* [Task directions]: Starting with the line that contains "(-153.363779, 102.615009), align=None)" and stopping after the line that contains "(-178.906844, -130.582391), align=None)", copy the entries below exactly. Include nothing else.

* [Supplied information]:
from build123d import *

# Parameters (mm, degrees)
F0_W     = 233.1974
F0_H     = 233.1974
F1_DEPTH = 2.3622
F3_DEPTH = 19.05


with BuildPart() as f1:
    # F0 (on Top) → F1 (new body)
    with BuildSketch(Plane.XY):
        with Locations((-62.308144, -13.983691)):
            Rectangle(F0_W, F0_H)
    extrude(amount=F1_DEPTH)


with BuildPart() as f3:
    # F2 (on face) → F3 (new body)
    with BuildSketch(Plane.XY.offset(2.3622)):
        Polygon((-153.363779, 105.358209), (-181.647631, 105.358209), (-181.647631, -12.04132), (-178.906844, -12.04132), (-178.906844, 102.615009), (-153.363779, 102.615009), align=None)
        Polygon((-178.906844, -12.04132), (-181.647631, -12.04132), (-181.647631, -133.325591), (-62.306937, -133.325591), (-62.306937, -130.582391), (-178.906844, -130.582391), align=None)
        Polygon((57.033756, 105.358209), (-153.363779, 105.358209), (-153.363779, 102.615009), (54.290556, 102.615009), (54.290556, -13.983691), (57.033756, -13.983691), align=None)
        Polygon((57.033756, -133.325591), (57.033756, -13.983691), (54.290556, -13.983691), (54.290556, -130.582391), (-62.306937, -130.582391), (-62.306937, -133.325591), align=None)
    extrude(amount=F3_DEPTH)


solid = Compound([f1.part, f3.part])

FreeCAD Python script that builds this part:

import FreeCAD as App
import Part
import Sketcher
Q = App.Units.Quantity

doc = App.newDocument("Part")
params = doc.addObject("Spreadsheet::Sheet", "Params")
for row, (alias, value) in enumerate([
    ("sketch1_width", "9.181 in"),
    ("pad1_length", "0.093 in"),
    ("sketch2_width", "9.181 in"),
    ("sketch2_height", "9.397 in"),
    ("pad2_length", "0.75 in"),
], start=1):
    params.set(f"A{row}", alias)
    params.set(f"B{row}", "=" + value)
    params.setAlias(f"B{row}", alias)

body = doc.addObject("PartDesign::Body", "Body")

sketch1 = doc.addObject("Sketcher::SketchObject", "Sketch")
body.addObject(sketch1)
sketch1.AttachmentSupport = (doc.XY_Plane, [""])
sketch1.MapMode = "FlatFace"
sketch1.addGeometry([
    Part.LineSegment(App.Vector(-178.906844, 102.615009, 0), App.Vector(-178.906844, -130.582391, 0)),
    Part.LineSegment(App.Vector(-178.906844, -130.582391, 0), App.Vector(54.290556, -130.582391, 0)),
    Part.LineSegment(App.Vector(54.290556, -130.582391, 0), App.Vector(54.290556, 102.615009, 0)),
    Part.LineSegment(App.Vector(54.290556, 102.615009, 0), App.Vector(-178.906844, 102.615009, 0)),
], False)
sketch1.addConstraint([
    Sketcher.Constraint("Coincident", 0, 2, 1, 1),
    Sketcher.Constraint("Coincident", 1, 2, 2, 1),
    Sketcher.Constraint("Coincident", 2, 2, 3, 1),
    Sketcher.Constraint("Coincident", 3, 2, 0, 1),
    Sketcher.Constraint("Vertical", 0),
    Sketcher.Constraint("Horizontal", 1),
    Sketcher.Constraint("Vertical", 2),
    Sketcher.Constraint("Horizontal", 3),
    Sketcher.Constraint("Equal", 3, 0),
    Sketcher.Constraint("DistanceX", 1, 1, 1, 2, Q("9.181 in")),
    Sketcher.Constraint("DistanceY", 0, 2, -1, 1, 130.582391),
    Sketcher.Constraint("DistanceX", 0, 2, -1, 1, 178.906844),
])
sketch1.setExpression("Constraints[9]", "Params.sketch1_width")
pad1 = doc.addObject("PartDesign::Pad", "Pad")
body.addObject(pad1)
pad1.Profile = sketch1
pad1.setExpression("Length", "Params.pad1_length")
body2 = doc.addObject("PartDesign::Body", "Body001")

sketch2 = doc.addObject("Sketcher::SketchObject", "Sketch001")
body2.addObject(sketch2)
sketch2.AttachmentSupport = (doc.getObject("XY_Plane001"), [""])
sketch2.MapMode = "FlatFace"
sketch2.AttachmentOffset = App.Placement(App.Vector(0, 0, 0.093 * 25.4), App.Rotation())
sketch2.addGeometry([
    Part.LineSegment(App.Vector(-181.647631, 105.358209, 0), App.Vector(-181.647631, -133.325591, 0)),
    Part.LineSegment(App.Vector(-181.647631, -133.325591, 0), App.Vector(57.033756, -133.325591, 0)),
    Part.LineSegment(App.Vector(57.033756, -133.325591, 0), App.Vector(57.033756, 105.358209, 0)),
    Part.LineSegment(App.Vector(57.033756, 105.358209, 0), App.Vector(-181.647631, 105.358209, 0)),
    Part.LineSegment(App.Vector(-178.906844, -130.582391, 0), App.Vector(-178.906844, 102.615009, 0)),
    Part.LineSegment(App.Vector(-178.906844, 102.615009, 0), App.Vector(54.290556, 102.615009, 0)),
    Part.LineSegment(App.Vector(54.290556, 102.615009, 0), App.Vector(54.290556, -130.582391, 0)),
    Part.LineSegment(App.Vector(54.290556, -130.582391, 0), App.Vector(-178.906844, -130.582391, 0)),
], False)
sketch2.addConstraint([
    Sketcher.Constraint("Coincident", 0, 2, 1, 1),
    Sketcher.Constraint("Coincident", 1, 2, 2, 1),
    Sketcher.Constraint("Coincident", 2, 2, 3, 1),
    Sketcher.Constraint("Coincident", 3, 2, 0, 1),
    Sketcher.Constraint("Coincident", 4, 2, 5, 1),
    Sketcher.Constraint("Coincident", 5, 2, 6, 1),
    Sketcher.Constraint("Coincident", 6, 2, 7, 1),
    Sketcher.Constraint("Coincident", 7, 2, 4, 1),
    Sketcher.Constraint("Vertical", 0),
    Sketcher.Constraint("Horizontal", 1),
    Sketcher.Constraint("Vertical", 2),
    Sketcher.Constraint("Horizontal", 3),
    Sketcher.Constraint("Vertical", 4),
    Sketcher.Constraint("Horizontal", 5),
    Sketcher.Constraint("Vertical", 6),
    Sketcher.Constraint("Horizontal", 7),
    Sketcher.Constraint("Equal", 7, 4),
    Sketcher.Constraint("DistanceX", 5, 1, 5, 2, Q("9.181 in")),
    Sketcher.Constraint("DistanceY", 0, 2, 0, 1, Q("9.397 in")),
    Sketcher.Constraint("DistanceY", 4, 2, 3, 2, Q("0.108 in")),
    Sketcher.Constraint("DistanceX", 4, 2, 2, 2, Q("9.289 in")),
    Sketcher.Constraint("DistanceX", 1, 1, 1, 2, 238.681387),
    Sketcher.Constraint("DistanceX", 0, 2, -1, 1, 181.647631),
    Sketcher.Constraint("DistanceY", 0, 2, -1, 1, 133.325591),
])
sketch2.setExpression("Constraints[17]", "Params.sketch2_width")
sketch2.setExpression("Constraints[18]", "Params.sketch2_height")
pad2 = doc.addObject("PartDesign::Pad", "Pad001")
body2.addObject(pad2)
pad2.Profile = sketch2
pad2.setExpression("Length", "Params.pad2_length")

doc.recompute()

* [Your response]:
        Polygon((-153.363779, 105.358209), (-181.647631, 105.358209), (-181.647631, -12.04132), (-178.906844, -12.04132), (-178.906844, 102.615009), (-153.363779, 102.615009), align=None)
        Polygon((-178.906844, -12.04132), (-181.647631, -12.04132), (-181.647631, -133.325591), (-62.306937, -133.325591), (-62.306937, -130.582391), (-178.906844, -130.582391), align=None)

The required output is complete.